#### What you should do
From the entries below, tally the lines with "origin" in them and reply with that figure only.

#### Records from a dataset
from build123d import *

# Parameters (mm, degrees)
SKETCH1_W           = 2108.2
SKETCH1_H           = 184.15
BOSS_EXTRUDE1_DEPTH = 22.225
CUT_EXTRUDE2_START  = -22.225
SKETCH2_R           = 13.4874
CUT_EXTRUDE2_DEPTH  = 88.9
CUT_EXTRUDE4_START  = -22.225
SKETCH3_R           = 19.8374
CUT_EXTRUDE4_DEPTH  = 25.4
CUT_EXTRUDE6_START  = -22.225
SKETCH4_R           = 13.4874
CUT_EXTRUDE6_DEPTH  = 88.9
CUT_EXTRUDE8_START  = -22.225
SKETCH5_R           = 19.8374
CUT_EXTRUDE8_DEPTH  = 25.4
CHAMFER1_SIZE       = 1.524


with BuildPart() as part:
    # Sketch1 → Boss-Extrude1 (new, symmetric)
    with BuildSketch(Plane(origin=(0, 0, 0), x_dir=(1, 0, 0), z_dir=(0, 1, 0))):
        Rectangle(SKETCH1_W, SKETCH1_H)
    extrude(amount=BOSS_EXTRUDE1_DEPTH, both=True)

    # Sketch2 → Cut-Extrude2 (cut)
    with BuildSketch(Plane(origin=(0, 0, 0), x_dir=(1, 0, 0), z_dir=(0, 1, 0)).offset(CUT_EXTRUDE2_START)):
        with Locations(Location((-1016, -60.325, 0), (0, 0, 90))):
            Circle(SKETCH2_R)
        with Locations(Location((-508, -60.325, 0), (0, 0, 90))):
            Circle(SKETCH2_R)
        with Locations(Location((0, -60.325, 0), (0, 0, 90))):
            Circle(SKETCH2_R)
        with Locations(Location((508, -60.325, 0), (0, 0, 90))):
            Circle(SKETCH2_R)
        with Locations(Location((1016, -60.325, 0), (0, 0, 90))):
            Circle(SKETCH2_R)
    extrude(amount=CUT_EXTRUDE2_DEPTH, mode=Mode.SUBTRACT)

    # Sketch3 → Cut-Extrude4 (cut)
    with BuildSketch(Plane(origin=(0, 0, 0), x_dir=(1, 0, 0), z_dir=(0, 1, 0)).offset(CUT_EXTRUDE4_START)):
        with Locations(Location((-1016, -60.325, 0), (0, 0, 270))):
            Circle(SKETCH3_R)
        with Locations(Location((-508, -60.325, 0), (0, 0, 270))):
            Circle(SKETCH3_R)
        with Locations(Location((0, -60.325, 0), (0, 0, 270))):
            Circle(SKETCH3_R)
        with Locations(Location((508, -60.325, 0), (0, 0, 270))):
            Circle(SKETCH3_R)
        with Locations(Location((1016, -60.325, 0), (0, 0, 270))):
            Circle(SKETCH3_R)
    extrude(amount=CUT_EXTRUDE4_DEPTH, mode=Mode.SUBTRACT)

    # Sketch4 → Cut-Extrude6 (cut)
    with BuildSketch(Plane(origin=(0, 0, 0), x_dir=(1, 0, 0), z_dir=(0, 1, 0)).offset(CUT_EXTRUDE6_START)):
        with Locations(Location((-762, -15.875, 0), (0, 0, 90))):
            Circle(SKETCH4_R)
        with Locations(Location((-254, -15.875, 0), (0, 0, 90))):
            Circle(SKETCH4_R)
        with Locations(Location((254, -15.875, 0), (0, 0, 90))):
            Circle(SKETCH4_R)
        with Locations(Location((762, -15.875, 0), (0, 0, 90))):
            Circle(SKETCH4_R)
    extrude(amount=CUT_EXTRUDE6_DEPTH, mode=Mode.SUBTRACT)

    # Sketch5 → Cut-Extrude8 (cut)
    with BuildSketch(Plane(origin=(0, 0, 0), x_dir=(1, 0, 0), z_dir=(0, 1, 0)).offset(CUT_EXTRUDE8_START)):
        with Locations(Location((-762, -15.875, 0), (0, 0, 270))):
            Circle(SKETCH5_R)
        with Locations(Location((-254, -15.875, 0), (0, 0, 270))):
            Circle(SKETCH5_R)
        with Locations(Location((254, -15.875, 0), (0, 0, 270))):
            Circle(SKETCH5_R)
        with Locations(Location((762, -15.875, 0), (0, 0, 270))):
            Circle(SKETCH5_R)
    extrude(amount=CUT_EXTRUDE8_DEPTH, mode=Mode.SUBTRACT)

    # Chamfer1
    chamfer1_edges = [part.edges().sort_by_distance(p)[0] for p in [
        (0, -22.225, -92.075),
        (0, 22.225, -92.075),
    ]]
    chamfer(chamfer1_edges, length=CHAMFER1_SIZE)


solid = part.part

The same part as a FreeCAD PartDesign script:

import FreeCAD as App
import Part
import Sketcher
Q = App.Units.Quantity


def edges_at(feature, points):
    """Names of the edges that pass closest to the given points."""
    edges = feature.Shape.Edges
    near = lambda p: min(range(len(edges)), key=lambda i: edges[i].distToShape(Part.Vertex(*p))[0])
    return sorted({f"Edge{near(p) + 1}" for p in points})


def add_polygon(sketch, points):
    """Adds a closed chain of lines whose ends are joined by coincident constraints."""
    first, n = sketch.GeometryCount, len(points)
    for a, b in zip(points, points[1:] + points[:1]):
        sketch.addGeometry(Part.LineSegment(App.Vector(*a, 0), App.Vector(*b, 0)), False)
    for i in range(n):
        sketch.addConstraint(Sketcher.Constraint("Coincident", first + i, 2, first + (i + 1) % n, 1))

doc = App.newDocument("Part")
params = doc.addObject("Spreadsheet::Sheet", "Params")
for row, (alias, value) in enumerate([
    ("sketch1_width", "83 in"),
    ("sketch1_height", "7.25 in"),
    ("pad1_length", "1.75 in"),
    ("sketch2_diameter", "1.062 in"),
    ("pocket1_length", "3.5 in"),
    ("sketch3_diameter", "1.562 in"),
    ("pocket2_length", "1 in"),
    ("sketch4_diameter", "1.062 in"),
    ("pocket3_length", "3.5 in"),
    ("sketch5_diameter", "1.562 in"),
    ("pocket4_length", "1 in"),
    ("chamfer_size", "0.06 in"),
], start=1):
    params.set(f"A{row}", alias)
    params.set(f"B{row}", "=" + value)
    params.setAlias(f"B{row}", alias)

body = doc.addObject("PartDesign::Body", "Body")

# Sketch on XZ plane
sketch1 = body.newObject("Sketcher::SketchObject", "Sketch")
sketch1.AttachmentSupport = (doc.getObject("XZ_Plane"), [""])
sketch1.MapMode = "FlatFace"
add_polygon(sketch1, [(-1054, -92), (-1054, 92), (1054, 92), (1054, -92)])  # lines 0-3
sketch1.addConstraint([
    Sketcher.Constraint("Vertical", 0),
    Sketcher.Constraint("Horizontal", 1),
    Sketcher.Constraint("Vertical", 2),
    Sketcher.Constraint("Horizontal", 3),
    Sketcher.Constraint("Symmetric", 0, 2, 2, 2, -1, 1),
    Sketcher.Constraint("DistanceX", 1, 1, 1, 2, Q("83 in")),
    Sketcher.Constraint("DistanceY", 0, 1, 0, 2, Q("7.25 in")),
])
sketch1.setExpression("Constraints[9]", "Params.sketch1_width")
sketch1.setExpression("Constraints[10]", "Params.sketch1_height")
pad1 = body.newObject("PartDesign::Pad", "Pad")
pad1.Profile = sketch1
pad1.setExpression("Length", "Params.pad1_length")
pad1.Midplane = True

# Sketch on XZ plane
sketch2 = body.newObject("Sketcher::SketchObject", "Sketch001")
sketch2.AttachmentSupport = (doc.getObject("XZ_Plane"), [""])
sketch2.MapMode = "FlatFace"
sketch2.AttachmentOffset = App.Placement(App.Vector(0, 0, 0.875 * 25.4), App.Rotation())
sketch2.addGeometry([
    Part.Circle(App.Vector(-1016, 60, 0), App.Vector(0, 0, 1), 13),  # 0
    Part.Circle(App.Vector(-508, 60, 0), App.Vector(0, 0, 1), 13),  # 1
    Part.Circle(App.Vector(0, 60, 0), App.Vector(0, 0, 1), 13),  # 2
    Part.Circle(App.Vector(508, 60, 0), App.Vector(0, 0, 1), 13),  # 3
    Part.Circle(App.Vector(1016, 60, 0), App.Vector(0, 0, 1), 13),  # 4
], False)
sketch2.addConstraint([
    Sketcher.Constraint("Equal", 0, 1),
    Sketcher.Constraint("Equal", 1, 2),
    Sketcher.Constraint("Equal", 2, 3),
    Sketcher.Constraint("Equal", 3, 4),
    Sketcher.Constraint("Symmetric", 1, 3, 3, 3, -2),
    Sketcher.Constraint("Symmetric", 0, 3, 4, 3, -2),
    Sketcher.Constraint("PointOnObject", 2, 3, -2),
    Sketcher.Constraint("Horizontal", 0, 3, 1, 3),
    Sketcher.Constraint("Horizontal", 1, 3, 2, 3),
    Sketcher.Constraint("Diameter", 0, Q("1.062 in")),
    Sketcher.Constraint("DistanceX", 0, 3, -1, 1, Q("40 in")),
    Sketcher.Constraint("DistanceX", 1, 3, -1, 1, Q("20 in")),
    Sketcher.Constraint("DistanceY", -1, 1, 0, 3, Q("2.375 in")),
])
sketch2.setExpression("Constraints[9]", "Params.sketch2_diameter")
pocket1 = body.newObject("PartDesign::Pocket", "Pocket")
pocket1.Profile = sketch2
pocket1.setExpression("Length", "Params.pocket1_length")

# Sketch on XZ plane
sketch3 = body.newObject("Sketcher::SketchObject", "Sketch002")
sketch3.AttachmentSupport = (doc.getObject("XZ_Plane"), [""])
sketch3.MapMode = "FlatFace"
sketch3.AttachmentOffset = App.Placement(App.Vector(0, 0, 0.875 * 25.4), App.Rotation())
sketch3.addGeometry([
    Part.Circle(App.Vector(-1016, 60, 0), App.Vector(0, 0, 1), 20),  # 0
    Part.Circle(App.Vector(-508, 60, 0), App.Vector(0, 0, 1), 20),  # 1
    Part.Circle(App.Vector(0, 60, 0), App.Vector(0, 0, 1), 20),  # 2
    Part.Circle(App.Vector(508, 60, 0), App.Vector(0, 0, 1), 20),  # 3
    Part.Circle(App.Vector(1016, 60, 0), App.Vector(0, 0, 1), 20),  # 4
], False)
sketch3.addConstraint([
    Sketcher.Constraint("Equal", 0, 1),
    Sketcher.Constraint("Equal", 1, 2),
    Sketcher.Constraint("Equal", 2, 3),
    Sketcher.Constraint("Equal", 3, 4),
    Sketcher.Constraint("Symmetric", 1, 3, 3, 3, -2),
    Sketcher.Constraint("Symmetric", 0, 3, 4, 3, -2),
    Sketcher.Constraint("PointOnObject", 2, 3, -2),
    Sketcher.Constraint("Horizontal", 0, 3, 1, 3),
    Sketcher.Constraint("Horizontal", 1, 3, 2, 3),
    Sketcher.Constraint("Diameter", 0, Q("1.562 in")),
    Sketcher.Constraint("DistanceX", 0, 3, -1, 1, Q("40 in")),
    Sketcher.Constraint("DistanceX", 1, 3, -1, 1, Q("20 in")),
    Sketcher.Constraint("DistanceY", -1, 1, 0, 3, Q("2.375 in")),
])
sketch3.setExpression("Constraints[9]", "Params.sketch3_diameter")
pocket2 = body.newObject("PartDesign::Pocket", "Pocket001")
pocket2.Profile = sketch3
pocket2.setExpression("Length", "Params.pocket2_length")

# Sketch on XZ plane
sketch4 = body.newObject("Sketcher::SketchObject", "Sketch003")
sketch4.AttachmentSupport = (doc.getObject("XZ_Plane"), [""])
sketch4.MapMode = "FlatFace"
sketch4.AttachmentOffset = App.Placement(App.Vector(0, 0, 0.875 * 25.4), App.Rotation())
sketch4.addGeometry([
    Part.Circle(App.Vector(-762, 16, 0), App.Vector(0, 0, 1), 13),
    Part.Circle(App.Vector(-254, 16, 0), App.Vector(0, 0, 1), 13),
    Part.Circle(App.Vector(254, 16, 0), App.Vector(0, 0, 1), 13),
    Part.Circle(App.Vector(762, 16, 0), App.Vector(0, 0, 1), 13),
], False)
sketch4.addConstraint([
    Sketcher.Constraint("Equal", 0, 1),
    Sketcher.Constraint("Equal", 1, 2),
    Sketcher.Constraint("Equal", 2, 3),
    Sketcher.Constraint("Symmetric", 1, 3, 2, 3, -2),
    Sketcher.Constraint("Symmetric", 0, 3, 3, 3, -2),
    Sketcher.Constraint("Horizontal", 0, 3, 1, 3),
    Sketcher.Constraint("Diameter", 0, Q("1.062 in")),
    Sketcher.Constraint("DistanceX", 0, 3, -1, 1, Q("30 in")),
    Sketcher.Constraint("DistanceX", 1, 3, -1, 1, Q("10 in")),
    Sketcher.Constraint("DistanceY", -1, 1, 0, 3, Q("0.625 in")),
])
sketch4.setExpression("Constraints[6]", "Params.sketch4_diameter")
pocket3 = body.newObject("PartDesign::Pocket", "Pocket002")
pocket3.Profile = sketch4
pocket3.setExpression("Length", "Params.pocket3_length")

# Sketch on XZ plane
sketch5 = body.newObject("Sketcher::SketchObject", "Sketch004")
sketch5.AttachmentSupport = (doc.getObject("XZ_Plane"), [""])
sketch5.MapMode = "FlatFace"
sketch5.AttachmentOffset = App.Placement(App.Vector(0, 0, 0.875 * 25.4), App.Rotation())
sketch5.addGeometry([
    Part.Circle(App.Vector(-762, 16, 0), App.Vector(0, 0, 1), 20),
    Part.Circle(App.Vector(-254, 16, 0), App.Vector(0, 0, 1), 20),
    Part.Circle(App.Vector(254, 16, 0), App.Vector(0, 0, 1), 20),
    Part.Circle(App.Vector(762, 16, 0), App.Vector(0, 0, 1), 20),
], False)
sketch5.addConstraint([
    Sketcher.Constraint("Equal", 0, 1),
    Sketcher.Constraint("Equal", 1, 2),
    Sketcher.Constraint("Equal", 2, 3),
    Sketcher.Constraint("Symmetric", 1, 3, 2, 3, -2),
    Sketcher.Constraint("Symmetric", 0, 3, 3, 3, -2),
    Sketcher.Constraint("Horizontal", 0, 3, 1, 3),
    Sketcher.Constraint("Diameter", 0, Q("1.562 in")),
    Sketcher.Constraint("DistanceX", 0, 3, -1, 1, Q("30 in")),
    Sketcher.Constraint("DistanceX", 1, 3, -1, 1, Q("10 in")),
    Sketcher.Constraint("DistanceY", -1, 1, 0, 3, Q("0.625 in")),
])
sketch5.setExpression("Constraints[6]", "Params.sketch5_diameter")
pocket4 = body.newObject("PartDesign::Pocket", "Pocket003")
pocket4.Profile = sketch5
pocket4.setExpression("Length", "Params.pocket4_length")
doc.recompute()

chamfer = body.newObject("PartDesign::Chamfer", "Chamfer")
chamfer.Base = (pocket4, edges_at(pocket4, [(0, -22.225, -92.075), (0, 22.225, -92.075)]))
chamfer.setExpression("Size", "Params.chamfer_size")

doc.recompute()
--
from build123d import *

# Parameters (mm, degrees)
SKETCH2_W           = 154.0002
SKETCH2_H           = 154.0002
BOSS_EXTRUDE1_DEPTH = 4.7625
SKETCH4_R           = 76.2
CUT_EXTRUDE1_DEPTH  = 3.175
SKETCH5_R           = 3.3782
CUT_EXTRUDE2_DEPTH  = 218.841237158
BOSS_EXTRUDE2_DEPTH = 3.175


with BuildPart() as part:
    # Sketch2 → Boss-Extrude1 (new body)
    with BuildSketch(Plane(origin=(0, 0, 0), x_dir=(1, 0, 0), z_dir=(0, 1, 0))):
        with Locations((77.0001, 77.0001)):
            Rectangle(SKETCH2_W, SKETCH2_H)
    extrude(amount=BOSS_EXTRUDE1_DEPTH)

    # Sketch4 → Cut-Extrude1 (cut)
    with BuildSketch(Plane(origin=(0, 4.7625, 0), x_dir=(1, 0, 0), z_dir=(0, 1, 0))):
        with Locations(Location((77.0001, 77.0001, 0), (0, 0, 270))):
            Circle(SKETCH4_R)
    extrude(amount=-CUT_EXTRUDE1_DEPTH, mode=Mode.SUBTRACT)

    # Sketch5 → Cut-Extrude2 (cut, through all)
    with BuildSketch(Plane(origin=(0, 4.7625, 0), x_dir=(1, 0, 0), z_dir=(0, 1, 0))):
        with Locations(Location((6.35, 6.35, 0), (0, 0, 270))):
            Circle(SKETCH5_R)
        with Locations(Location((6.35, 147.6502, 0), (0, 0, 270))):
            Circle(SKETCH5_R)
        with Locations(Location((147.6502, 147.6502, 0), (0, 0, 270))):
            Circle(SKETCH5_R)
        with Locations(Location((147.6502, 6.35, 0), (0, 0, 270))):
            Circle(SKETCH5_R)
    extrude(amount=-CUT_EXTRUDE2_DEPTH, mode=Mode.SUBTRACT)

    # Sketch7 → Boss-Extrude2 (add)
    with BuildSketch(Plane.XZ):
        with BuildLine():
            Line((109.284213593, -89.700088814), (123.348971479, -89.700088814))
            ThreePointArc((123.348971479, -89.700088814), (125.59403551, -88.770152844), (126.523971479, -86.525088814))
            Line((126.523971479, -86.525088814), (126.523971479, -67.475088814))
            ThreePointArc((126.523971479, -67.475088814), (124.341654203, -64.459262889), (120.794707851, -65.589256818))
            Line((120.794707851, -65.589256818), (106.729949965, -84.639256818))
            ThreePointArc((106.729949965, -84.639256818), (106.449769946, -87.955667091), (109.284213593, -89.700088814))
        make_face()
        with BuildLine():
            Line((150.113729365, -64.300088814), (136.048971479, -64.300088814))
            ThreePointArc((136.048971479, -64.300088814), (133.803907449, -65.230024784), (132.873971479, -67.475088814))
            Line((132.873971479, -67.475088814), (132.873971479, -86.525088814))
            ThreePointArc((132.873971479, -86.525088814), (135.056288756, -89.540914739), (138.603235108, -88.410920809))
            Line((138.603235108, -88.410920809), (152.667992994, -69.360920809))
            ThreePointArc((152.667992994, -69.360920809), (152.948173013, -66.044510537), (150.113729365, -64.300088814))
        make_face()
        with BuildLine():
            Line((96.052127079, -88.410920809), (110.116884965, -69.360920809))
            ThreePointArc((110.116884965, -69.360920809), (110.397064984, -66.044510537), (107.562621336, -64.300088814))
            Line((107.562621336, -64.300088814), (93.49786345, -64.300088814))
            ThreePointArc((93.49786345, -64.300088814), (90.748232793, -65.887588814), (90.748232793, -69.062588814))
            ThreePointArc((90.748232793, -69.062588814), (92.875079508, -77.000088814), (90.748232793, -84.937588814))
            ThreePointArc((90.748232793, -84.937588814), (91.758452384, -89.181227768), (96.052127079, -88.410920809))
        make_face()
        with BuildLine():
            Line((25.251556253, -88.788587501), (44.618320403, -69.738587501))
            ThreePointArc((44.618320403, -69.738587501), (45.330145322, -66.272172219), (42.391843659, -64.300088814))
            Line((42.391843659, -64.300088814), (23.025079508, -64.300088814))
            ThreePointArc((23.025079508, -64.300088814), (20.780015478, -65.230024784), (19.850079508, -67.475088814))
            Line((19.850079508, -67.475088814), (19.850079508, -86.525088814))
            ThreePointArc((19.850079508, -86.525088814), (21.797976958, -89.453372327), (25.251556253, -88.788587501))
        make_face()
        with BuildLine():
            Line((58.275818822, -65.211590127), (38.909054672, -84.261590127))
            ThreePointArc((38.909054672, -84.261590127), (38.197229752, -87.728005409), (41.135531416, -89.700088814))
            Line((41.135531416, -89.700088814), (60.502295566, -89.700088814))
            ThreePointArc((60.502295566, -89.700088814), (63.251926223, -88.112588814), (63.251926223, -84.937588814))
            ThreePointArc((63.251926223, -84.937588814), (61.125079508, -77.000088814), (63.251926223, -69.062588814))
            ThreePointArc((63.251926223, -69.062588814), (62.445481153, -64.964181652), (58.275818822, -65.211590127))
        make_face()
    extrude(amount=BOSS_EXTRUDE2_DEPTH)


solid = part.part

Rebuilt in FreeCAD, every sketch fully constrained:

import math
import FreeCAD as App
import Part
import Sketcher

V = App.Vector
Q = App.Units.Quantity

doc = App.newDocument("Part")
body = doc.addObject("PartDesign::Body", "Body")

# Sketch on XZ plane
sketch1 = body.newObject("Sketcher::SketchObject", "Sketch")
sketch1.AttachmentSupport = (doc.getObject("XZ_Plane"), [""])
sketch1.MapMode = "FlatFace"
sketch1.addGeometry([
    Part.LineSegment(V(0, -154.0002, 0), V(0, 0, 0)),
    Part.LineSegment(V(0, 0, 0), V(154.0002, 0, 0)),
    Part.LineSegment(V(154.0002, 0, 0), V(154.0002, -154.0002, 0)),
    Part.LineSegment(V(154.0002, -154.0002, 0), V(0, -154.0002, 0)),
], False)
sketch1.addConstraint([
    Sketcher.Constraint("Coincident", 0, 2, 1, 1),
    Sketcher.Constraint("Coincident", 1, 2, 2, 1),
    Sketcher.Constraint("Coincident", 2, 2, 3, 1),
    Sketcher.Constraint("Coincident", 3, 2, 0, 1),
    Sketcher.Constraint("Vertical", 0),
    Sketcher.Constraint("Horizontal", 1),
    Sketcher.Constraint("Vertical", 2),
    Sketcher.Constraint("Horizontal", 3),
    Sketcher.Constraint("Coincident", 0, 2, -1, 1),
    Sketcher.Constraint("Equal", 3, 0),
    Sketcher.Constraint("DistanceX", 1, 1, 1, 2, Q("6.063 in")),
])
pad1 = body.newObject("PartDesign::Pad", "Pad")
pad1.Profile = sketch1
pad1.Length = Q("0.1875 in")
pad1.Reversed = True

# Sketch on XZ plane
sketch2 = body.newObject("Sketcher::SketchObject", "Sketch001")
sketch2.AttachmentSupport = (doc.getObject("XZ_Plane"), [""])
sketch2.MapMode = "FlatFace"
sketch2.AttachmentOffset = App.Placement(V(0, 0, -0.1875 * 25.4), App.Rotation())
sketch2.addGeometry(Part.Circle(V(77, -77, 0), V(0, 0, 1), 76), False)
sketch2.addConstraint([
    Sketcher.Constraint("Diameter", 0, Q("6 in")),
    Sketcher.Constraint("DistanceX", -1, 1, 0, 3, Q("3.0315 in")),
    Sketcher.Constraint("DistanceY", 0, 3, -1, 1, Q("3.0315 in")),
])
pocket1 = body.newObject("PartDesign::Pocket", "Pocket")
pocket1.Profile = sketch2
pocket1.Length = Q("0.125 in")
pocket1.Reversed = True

#### Output for this task
8